## What you have to do
Only the lines below starting at the one that contains "#45=EDGE_LOOP('',(#44));" and ending at the one that contains "#61=CARTESIAN_POINT('',(-38.1,0.,0.));" are to be reproduced, exactly and with both ends kept.

- Opening Delimiter -

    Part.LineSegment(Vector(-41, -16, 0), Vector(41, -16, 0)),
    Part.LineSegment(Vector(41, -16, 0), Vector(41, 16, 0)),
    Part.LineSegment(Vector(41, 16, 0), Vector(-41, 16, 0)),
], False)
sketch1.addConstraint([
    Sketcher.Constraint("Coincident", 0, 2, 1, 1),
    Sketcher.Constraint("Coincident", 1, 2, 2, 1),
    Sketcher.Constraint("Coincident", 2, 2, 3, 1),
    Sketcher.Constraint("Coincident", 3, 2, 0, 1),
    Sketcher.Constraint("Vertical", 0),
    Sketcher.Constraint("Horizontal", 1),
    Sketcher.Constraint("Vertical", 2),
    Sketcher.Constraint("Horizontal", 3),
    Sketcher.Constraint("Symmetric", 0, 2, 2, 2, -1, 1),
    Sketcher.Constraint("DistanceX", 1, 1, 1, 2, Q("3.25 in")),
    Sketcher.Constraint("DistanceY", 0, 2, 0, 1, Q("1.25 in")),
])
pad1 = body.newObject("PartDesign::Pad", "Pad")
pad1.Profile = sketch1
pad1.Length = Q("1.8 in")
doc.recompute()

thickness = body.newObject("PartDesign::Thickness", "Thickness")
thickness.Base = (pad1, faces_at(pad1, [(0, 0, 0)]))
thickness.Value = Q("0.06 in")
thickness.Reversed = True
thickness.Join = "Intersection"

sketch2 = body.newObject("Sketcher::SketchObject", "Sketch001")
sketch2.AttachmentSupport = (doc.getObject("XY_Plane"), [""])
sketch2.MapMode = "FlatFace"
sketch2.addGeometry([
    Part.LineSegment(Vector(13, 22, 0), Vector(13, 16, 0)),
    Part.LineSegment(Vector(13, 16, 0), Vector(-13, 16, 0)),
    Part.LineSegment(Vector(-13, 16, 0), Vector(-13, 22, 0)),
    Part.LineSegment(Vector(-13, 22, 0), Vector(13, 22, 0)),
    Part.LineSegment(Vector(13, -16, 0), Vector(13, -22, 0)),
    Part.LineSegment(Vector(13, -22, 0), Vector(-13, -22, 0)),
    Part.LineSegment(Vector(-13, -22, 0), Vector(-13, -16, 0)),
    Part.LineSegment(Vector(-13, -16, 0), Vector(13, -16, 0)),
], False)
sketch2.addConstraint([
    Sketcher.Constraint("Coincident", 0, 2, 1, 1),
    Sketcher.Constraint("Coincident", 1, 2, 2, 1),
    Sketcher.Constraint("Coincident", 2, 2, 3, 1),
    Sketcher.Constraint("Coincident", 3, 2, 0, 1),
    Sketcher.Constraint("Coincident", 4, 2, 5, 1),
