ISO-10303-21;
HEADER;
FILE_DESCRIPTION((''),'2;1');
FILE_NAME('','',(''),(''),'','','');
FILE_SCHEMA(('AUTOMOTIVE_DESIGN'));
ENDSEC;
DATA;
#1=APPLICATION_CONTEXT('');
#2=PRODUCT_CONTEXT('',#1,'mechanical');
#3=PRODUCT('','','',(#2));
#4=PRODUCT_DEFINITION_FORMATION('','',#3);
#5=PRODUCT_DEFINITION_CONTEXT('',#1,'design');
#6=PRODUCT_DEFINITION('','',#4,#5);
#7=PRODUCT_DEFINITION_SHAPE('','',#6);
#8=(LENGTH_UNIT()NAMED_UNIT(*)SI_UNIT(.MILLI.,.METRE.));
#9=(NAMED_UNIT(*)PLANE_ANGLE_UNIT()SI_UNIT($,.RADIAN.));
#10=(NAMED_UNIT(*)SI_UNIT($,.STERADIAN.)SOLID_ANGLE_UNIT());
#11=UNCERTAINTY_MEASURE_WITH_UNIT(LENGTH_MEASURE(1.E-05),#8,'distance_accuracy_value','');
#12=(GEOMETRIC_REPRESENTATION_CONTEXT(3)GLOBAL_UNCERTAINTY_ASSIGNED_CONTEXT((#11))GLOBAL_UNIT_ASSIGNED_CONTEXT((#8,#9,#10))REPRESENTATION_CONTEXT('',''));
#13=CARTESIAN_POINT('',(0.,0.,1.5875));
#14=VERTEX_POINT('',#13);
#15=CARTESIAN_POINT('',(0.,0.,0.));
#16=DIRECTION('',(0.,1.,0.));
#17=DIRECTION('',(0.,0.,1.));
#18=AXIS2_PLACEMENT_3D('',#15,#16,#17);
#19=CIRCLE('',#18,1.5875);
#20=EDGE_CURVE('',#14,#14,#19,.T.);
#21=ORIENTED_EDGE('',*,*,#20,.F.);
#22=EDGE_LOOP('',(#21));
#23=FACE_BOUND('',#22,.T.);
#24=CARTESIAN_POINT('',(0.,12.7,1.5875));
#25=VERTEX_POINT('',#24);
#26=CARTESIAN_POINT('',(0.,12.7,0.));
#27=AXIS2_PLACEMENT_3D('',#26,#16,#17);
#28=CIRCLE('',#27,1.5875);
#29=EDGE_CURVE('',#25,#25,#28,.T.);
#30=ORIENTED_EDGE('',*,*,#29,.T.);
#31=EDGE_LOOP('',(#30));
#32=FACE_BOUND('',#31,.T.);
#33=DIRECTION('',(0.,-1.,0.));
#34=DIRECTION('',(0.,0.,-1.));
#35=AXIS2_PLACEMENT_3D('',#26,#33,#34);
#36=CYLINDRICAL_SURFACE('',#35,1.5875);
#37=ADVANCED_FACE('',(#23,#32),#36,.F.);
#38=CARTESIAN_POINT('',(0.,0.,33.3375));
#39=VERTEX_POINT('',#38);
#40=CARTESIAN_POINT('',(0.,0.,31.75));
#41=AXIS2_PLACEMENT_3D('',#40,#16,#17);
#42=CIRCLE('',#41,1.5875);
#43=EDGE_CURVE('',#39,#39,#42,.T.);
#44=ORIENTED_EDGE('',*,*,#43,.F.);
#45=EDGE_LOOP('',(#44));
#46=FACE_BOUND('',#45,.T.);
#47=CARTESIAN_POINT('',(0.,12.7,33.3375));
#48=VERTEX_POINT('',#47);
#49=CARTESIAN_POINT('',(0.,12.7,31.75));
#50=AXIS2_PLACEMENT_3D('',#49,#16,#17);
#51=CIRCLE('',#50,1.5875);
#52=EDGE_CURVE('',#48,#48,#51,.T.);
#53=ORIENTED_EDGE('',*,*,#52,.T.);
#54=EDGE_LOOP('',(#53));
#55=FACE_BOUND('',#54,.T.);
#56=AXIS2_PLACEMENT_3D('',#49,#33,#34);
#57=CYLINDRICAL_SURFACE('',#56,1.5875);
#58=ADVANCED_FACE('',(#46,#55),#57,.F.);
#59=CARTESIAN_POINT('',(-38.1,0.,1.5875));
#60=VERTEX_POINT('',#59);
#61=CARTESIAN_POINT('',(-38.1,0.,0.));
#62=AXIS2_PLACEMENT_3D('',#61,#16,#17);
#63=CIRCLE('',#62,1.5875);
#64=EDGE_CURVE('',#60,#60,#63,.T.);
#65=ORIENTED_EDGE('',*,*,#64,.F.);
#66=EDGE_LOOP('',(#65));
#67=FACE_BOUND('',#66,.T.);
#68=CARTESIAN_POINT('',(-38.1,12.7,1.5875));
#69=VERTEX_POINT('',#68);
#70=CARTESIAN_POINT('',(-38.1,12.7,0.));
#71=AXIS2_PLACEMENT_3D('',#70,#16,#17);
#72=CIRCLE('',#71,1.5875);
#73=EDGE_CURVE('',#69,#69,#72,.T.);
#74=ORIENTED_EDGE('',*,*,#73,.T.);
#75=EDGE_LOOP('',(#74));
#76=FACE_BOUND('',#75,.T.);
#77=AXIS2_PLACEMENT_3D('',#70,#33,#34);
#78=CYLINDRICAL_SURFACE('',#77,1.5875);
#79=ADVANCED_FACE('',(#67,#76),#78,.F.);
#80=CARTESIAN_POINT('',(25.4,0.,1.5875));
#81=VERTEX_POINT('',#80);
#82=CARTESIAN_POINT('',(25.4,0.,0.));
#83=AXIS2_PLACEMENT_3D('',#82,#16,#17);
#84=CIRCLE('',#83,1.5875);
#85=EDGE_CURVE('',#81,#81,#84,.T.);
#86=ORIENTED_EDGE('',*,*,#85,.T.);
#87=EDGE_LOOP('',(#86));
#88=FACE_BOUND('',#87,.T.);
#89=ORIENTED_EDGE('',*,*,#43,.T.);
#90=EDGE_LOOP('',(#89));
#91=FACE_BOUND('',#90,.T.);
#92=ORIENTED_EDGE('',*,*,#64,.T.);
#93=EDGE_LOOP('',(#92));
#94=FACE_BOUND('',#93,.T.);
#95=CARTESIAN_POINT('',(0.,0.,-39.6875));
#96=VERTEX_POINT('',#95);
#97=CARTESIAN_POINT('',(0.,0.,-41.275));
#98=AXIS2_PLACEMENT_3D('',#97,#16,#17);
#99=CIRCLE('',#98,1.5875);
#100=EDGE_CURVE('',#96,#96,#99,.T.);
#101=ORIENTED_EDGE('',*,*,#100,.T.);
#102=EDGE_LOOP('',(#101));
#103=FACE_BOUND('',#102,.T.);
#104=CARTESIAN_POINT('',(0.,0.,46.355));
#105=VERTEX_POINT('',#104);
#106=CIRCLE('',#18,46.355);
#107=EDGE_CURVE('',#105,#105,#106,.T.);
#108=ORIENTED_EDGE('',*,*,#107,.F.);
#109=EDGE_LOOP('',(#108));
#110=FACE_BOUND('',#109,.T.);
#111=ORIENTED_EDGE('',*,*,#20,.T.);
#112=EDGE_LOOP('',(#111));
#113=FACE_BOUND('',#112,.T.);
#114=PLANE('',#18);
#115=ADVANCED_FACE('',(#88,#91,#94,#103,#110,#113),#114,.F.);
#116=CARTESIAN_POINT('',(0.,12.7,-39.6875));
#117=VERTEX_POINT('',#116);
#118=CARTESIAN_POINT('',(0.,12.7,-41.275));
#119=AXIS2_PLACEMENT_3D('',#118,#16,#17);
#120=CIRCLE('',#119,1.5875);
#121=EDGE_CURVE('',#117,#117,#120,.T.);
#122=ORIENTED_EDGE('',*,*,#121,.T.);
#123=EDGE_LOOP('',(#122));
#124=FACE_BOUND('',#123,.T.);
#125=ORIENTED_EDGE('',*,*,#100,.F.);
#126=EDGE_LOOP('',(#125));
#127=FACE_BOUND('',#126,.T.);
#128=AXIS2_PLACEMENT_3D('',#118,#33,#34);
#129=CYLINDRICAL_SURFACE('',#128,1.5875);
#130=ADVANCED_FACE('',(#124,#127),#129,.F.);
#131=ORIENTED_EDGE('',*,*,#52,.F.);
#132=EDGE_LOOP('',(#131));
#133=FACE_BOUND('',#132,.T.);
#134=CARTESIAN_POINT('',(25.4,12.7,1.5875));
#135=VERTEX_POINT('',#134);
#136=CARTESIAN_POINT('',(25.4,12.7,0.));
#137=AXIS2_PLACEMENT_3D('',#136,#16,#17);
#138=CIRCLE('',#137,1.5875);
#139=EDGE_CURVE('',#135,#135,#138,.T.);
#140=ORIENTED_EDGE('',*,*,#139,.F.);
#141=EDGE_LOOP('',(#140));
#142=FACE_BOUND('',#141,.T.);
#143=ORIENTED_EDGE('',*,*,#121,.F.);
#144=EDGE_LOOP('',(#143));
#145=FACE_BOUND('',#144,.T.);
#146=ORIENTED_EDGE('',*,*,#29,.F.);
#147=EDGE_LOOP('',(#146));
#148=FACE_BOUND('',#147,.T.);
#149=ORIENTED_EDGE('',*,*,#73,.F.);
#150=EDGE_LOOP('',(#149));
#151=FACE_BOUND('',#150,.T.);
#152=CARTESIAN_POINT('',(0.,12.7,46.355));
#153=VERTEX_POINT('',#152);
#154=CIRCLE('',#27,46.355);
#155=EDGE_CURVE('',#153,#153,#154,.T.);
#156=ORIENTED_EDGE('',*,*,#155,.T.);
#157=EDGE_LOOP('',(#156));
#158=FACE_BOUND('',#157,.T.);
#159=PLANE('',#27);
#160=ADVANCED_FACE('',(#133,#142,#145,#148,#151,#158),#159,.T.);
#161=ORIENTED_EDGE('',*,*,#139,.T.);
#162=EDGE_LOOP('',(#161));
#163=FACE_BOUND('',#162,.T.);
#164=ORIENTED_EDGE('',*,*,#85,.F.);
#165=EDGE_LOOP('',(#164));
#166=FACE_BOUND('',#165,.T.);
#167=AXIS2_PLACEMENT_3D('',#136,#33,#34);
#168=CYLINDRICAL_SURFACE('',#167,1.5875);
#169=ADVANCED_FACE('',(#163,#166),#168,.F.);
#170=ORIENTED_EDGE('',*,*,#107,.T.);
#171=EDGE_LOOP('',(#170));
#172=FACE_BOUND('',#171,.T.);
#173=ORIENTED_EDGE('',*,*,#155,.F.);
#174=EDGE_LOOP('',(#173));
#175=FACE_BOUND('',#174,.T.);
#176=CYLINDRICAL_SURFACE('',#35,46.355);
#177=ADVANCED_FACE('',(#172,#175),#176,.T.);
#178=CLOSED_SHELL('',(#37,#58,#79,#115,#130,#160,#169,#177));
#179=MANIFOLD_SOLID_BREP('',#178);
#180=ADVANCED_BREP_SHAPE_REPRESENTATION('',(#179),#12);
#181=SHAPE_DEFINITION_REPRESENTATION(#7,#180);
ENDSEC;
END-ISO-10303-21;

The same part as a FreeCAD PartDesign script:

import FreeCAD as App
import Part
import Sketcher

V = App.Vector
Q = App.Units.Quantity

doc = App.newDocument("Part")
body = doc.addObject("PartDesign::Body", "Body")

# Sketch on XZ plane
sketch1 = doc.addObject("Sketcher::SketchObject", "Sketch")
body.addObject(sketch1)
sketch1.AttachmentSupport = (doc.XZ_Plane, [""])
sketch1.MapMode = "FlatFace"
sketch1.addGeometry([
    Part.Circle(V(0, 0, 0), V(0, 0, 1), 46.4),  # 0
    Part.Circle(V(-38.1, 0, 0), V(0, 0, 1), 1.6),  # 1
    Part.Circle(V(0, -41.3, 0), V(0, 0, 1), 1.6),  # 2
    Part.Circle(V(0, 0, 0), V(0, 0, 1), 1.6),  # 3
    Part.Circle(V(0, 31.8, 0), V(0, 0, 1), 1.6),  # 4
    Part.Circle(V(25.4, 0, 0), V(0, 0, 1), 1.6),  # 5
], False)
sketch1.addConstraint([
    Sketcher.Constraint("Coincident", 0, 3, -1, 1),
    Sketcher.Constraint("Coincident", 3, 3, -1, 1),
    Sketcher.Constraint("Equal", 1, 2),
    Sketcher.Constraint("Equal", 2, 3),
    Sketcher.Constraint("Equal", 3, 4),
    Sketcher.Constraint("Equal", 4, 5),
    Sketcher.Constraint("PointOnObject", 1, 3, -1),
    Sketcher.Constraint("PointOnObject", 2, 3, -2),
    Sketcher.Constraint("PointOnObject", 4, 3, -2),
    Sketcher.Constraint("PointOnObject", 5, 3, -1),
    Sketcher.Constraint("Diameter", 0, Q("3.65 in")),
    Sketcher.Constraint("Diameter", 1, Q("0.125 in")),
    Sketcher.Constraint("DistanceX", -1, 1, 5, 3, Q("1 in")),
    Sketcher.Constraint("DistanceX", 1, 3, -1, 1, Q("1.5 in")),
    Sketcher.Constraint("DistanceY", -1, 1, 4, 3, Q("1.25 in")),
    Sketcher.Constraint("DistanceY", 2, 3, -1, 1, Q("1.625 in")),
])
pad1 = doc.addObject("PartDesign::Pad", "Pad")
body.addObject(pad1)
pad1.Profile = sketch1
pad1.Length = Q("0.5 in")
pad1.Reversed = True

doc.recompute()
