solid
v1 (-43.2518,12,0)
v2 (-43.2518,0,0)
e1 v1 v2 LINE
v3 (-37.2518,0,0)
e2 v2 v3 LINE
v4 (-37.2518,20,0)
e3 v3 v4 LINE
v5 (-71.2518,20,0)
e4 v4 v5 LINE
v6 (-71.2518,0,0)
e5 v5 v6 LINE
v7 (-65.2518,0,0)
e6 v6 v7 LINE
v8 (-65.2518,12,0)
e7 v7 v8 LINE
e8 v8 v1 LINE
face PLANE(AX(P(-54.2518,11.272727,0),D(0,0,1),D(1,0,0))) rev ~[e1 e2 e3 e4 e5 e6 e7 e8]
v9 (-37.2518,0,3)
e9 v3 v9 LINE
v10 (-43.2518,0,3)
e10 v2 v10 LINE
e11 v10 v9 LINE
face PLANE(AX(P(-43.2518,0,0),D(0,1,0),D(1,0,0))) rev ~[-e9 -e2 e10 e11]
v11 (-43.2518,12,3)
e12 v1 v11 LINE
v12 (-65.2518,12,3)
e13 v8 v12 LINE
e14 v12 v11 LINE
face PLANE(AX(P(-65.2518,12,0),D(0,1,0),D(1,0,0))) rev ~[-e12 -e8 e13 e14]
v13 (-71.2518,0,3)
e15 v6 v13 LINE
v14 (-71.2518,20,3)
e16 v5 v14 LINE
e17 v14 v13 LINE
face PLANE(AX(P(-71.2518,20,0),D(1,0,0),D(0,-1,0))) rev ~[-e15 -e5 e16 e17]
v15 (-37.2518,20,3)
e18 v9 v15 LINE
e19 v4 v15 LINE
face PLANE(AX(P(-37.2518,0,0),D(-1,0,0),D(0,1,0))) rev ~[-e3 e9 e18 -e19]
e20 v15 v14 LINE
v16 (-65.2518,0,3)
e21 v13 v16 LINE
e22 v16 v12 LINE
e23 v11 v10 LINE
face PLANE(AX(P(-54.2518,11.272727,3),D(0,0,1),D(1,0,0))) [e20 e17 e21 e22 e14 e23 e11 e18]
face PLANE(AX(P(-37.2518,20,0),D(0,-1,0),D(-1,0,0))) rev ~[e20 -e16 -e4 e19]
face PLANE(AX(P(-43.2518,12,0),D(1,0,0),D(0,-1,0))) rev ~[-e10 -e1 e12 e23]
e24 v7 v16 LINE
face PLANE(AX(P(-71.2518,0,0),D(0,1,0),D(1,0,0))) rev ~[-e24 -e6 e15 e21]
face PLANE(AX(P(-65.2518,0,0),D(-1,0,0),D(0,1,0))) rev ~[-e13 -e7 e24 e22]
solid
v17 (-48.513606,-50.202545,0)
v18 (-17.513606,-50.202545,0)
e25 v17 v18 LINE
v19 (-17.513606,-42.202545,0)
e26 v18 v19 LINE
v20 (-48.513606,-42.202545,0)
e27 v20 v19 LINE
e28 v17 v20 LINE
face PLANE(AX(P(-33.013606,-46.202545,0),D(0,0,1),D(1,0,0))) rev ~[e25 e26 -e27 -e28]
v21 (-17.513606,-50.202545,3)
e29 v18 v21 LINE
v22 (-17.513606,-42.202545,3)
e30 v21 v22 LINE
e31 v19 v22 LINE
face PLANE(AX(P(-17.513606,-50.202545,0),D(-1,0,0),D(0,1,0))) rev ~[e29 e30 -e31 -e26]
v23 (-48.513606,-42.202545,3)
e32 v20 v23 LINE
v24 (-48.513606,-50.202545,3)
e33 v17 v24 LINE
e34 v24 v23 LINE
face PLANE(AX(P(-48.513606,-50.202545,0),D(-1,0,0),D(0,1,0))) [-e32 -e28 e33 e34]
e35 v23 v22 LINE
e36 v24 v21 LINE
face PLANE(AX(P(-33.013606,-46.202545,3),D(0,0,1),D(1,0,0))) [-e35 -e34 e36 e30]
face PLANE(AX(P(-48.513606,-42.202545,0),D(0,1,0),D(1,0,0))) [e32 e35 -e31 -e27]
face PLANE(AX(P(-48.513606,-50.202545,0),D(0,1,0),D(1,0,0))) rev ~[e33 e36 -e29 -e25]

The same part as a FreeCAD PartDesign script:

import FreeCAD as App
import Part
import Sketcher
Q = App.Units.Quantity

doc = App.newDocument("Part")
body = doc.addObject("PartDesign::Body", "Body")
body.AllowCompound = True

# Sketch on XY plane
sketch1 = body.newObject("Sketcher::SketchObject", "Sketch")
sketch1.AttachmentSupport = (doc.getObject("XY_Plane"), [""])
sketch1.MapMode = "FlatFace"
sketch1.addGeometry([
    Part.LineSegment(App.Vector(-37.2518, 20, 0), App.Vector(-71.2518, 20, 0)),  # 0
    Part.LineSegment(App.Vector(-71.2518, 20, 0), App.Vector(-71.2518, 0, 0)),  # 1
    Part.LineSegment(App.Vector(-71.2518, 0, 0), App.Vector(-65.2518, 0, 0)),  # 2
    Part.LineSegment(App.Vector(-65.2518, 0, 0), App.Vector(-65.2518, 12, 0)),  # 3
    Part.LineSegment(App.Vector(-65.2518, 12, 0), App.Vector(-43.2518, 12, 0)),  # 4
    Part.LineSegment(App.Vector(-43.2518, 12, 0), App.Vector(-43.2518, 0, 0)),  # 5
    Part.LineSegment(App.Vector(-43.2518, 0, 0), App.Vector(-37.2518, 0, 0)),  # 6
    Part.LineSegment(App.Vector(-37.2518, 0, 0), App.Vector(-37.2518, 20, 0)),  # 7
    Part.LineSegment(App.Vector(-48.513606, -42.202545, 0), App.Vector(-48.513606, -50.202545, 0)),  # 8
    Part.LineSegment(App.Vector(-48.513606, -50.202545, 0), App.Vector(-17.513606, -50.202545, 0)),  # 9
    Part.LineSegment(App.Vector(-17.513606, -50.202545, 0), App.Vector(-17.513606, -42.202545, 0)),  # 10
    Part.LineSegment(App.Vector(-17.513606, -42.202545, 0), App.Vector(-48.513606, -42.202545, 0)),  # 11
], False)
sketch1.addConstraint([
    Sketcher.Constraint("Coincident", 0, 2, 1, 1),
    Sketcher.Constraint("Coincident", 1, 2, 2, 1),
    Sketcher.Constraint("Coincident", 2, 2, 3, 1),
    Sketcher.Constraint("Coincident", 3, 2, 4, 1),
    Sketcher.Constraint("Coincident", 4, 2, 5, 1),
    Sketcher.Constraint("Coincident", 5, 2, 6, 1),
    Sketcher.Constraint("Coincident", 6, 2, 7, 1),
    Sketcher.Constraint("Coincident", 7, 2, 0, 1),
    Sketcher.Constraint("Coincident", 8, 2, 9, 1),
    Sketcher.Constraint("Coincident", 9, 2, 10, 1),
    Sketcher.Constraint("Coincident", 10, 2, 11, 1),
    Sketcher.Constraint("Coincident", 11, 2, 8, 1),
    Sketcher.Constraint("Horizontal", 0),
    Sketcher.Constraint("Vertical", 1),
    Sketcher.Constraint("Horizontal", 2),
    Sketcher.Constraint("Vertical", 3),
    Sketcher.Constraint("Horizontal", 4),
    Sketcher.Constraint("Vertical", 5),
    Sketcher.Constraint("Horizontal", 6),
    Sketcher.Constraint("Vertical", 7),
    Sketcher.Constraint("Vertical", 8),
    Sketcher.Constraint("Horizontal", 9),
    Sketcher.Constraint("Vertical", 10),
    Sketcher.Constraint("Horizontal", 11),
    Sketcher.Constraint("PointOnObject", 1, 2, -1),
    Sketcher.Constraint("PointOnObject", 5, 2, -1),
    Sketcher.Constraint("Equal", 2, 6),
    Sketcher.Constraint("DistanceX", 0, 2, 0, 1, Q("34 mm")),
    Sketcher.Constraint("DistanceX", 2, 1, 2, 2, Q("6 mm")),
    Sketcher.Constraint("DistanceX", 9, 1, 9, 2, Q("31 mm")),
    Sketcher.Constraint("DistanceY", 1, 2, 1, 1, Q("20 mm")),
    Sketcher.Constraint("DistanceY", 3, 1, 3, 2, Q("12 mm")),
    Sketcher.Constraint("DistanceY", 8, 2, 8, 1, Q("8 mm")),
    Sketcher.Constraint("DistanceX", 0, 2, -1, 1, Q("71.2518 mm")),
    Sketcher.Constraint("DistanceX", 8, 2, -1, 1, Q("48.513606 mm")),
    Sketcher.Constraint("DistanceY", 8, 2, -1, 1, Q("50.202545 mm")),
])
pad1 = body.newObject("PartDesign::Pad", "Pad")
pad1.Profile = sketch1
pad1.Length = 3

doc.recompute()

- Closing Delimiter -

## Output of the exercise
#45=EDGE_LOOP('',(#44));
#46=FACE_BOUND('',#45,.T.);
#47=CARTESIAN_POINT('',(0.,12.7,33.3375));
#48=VERTEX_POINT('',#47);
#49=CARTESIAN_POINT('',(0.,12.7,31.75));
#50=AXIS2_PLACEMENT_3D('',#49,#16,#17);
#51=CIRCLE('',#50,1.5875);
#52=EDGE_CURVE('',#48,#48,#51,.T.);
#53=ORIENTED_EDGE('',*,*,#52,.T.);
#54=EDGE_LOOP('',(#53));
#55=FACE_BOUND('',#54,.T.);
#56=AXIS2_PLACEMENT_3D('',#49,#33,#34);
#57=CYLINDRICAL_SURFACE('',#56,1.5875);
#58=ADVANCED_FACE('',(#46,#55),#57,.F.);
#59=CARTESIAN_POINT('',(-38.1,0.,1.5875));
#60=VERTEX_POINT('',#59);
#61=CARTESIAN_POINT('',(-38.1,0.,0.));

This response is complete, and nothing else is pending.